::: Information given :::

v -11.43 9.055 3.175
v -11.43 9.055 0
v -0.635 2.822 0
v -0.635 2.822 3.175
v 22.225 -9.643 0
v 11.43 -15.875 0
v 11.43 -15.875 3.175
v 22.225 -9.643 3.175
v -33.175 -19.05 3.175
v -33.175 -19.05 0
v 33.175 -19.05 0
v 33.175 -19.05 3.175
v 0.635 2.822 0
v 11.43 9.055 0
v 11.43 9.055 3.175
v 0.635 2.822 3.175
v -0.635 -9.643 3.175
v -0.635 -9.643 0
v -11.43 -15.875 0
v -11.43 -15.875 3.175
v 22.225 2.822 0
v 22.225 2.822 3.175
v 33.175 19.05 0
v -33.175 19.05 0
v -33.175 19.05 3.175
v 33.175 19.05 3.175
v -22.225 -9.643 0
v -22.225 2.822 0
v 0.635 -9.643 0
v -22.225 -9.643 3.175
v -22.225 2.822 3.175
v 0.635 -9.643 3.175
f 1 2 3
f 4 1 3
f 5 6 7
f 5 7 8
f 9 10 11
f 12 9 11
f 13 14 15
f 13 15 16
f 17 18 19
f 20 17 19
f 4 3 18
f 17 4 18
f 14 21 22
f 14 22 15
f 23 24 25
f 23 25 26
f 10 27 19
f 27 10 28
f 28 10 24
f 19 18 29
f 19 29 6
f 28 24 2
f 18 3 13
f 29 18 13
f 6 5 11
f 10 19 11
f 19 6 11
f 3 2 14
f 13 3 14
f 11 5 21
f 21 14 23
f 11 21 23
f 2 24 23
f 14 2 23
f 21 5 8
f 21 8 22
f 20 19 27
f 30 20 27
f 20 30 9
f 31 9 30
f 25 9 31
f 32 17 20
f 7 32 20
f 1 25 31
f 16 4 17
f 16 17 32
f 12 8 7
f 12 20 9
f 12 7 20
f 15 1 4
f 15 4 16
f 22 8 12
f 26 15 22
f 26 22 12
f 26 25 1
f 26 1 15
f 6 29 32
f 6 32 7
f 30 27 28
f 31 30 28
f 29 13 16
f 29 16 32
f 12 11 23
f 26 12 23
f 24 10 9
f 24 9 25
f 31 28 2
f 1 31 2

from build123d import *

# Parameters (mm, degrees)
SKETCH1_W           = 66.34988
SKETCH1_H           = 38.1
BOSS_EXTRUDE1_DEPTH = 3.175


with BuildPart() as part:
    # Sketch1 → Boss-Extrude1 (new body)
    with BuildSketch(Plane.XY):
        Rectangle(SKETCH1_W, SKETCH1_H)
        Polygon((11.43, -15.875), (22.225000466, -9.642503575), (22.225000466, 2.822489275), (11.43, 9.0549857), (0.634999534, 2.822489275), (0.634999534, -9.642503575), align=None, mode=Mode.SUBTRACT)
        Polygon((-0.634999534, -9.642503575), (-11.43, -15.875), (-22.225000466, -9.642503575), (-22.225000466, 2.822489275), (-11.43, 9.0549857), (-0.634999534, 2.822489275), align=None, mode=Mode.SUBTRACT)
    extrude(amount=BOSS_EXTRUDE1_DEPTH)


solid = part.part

:::
::: Information given :::

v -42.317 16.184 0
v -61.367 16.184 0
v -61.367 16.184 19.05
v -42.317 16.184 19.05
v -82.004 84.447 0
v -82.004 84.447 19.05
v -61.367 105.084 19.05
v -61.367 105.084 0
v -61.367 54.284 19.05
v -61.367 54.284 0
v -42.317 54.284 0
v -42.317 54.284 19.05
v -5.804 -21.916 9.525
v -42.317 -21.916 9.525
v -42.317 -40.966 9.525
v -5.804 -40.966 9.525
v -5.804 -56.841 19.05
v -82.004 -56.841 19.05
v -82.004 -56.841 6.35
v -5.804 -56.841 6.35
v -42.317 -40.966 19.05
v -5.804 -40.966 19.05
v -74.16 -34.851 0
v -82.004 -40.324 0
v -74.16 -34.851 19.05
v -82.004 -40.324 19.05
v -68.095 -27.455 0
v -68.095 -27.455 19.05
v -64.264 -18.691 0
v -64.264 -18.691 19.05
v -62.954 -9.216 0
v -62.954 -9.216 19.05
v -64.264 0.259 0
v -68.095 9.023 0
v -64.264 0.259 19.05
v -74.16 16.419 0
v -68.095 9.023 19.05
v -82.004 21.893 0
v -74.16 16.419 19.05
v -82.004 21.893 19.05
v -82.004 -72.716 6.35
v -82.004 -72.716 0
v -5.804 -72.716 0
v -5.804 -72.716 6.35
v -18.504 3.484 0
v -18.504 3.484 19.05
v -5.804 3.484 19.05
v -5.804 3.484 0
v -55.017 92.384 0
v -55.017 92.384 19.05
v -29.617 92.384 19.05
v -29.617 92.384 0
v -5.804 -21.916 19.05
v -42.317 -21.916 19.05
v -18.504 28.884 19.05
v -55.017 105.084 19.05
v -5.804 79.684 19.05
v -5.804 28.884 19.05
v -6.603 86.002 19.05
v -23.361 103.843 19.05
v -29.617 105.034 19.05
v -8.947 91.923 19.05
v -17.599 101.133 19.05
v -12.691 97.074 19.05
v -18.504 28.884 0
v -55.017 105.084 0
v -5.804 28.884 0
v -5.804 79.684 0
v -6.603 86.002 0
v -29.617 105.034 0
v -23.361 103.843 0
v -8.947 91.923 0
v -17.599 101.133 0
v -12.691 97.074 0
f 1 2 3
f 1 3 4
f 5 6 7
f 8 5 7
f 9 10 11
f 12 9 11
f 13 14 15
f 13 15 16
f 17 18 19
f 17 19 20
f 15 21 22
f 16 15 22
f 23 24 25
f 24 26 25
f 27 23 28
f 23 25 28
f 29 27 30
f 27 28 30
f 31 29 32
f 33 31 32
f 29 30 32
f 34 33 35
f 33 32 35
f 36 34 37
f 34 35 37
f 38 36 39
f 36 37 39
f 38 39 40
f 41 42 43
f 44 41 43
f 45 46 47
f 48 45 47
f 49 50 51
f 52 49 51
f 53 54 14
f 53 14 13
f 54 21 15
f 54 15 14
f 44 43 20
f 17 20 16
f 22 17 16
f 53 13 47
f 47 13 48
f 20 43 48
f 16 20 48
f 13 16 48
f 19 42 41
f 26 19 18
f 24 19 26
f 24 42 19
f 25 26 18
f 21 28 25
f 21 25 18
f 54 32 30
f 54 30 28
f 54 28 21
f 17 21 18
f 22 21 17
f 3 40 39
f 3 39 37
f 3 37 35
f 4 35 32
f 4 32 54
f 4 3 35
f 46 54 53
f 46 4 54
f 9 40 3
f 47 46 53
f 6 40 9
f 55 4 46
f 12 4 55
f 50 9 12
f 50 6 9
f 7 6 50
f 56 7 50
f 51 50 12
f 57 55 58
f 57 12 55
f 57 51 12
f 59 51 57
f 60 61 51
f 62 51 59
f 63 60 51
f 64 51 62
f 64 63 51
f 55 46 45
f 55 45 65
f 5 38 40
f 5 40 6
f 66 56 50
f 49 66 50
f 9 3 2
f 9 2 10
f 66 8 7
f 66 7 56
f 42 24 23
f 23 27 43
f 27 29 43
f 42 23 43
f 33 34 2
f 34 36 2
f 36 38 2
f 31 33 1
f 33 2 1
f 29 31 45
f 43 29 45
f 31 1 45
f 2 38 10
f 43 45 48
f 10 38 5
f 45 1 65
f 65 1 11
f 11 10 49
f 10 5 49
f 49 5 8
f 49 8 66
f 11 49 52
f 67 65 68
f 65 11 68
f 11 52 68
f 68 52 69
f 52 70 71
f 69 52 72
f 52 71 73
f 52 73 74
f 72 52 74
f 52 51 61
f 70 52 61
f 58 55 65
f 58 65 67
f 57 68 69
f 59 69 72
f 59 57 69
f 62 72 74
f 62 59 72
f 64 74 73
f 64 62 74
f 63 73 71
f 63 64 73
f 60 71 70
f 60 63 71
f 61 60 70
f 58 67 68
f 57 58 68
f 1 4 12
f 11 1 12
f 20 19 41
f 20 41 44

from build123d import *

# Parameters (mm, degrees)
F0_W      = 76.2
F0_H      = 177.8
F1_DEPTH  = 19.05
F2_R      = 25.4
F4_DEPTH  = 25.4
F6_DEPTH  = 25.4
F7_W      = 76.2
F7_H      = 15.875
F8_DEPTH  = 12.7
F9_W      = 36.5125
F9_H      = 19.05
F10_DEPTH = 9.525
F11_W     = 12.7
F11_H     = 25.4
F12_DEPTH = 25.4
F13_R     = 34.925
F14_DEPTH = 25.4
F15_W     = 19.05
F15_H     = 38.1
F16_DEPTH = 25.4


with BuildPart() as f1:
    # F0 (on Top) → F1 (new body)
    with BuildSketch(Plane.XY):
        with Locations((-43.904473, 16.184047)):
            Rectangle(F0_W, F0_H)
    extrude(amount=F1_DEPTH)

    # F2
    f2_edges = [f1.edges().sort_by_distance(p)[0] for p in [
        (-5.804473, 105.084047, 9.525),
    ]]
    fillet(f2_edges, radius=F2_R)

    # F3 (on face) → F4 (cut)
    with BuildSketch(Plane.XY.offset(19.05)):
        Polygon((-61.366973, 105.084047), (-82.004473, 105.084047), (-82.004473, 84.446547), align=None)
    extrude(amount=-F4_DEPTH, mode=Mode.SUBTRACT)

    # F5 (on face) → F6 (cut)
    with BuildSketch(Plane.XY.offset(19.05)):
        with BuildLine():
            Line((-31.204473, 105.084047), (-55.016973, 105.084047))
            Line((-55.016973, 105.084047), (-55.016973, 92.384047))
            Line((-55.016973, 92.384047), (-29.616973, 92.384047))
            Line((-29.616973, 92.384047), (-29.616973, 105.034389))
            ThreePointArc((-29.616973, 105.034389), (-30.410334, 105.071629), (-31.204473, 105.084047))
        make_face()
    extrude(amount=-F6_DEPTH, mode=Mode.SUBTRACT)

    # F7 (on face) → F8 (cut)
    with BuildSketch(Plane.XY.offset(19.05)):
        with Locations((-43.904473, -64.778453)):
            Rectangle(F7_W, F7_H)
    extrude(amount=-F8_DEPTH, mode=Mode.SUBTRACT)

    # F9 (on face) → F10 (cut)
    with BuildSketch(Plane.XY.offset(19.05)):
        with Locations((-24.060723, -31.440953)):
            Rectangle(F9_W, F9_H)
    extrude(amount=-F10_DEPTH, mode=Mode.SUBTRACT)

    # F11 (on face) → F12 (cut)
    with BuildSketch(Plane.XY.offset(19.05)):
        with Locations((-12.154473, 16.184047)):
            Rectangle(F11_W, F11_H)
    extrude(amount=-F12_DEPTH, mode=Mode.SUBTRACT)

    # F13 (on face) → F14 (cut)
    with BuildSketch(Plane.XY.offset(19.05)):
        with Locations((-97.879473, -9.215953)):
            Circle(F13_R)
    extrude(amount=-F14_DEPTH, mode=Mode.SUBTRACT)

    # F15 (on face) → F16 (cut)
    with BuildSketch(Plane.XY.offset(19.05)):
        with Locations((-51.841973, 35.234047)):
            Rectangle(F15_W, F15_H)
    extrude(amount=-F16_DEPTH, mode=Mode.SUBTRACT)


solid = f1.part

:::

Write out exactly the lines above between the line with "v -11.43 9.055 3.175" and the line with "v 33.175 -19.05 3.175", inclusive, and nothing beyond them.

### Expected output
v -11.43 9.055 3.175
v -11.43 9.055 0
v -0.635 2.822 0
v -0.635 2.822 3.175
v 22.225 -9.643 0
v 11.43 -15.875 0
v 11.43 -15.875 3.175
v 22.225 -9.643 3.175
v -33.175 -19.05 3.175
v -33.175 -19.05 0
v 33.175 -19.05 0
v 33.175 -19.05 3.175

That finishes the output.